-------- DATA TO PROCESS --------

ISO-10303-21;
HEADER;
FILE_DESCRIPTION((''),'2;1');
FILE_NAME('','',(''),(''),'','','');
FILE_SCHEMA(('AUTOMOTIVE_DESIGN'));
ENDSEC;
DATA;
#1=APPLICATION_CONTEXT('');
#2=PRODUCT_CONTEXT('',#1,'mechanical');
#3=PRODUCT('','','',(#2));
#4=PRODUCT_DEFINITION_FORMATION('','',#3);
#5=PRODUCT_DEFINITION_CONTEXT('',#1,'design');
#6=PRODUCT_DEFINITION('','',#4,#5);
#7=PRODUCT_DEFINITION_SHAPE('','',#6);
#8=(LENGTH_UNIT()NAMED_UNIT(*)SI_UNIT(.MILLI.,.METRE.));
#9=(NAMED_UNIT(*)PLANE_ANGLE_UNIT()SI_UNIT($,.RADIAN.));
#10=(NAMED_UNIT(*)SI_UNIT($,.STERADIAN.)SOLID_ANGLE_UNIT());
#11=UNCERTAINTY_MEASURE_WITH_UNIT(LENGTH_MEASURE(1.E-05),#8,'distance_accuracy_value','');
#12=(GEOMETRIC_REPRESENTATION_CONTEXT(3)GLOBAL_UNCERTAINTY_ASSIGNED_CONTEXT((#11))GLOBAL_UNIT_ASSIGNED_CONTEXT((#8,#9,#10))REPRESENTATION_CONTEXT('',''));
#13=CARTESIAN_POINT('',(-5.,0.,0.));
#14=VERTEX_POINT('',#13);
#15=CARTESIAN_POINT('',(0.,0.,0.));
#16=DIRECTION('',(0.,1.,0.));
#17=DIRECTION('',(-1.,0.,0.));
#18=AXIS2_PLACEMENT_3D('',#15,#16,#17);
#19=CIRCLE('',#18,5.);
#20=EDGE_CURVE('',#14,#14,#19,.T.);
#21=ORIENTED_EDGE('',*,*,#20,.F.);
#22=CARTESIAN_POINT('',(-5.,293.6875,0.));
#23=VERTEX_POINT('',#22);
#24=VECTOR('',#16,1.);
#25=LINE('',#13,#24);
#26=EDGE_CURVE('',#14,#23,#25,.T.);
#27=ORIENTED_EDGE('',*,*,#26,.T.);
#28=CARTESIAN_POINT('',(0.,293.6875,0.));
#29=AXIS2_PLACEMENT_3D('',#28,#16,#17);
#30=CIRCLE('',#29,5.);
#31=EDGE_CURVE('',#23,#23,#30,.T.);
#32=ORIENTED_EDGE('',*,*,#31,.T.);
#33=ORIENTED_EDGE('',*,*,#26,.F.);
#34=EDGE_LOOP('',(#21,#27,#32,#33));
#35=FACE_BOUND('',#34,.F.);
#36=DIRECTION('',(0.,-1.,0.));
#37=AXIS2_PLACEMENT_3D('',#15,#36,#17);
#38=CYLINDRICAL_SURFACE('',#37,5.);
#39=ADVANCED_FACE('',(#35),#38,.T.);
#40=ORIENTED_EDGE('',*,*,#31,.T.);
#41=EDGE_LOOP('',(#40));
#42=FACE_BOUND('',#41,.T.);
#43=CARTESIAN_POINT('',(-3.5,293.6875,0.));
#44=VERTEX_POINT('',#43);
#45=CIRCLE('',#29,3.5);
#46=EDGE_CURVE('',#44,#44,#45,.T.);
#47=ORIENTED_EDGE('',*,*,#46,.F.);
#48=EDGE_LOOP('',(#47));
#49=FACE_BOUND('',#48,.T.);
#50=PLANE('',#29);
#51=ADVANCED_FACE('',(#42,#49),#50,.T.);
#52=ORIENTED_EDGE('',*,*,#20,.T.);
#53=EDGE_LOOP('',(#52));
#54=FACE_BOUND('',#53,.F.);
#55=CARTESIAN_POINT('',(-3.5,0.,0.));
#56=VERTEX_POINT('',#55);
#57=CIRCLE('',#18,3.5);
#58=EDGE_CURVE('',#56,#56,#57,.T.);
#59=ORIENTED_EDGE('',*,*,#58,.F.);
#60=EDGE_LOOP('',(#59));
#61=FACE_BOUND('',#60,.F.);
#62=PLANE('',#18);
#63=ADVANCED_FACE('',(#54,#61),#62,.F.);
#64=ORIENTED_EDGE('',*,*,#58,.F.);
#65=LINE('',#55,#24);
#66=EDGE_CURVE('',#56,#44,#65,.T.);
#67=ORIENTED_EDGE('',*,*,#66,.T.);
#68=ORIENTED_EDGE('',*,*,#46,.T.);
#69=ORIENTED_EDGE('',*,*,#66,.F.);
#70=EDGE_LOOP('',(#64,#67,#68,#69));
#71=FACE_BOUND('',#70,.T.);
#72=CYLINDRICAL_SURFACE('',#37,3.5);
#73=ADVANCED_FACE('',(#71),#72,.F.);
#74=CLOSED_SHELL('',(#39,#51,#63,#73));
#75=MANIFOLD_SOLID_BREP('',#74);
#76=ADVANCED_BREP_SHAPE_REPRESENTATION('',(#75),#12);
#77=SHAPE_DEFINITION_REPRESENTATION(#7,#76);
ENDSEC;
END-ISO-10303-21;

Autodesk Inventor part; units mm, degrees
ref_plane "YZ Plane" through (0, 0, 0) normal (1, 0, 0) x (0, 1, 0)
ref_plane "XZ Plane" through (0, 0, 0) normal (0, 1, 0) x (-1, 0, 0)
ref_plane "XY Plane" through (0, 0, 0) normal (0, 0, 1) x (1, 0, 0)
sketch "Sketch1" plane through (0, 0, 0) normal (0, 1, 0) x (-1, 0, 0)
  circle A0 centre (0, 0) radius 3.5
  circle A1 centre (0, 0) radius 5
  dimension "d0" = 7
  dimension "d1" = 10
extrude "Extrusion1" add sketch "Sketch1" along normal blind 293.6875
properties part number "glasstube_1"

--------

■ **TASK ITEM**: Please copy, exactly and with nothing else, the lines above beginning at the line that has "#40=ORIENTED_EDGE('',*,*,#31,.T.);" and ending with the line that has "#53=EDGE_LOOP('',(#52));".

■ **RESULT OF THIS TASK**:
#40=ORIENTED_EDGE('',*,*,#31,.T.);
#41=EDGE_LOOP('',(#40));
#42=FACE_BOUND('',#41,.T.);
#43=CARTESIAN_POINT('',(-3.5,293.6875,0.));
#44=VERTEX_POINT('',#43);
#45=CIRCLE('',#29,3.5);
#46=EDGE_CURVE('',#44,#44,#45,.T.);
#47=ORIENTED_EDGE('',*,*,#46,.F.);
#48=EDGE_LOOP('',(#47));
#49=FACE_BOUND('',#48,.T.);
#50=PLANE('',#29);
#51=ADVANCED_FACE('',(#42,#49),#50,.T.);
#52=ORIENTED_EDGE('',*,*,#20,.T.);
#53=EDGE_LOOP('',(#52));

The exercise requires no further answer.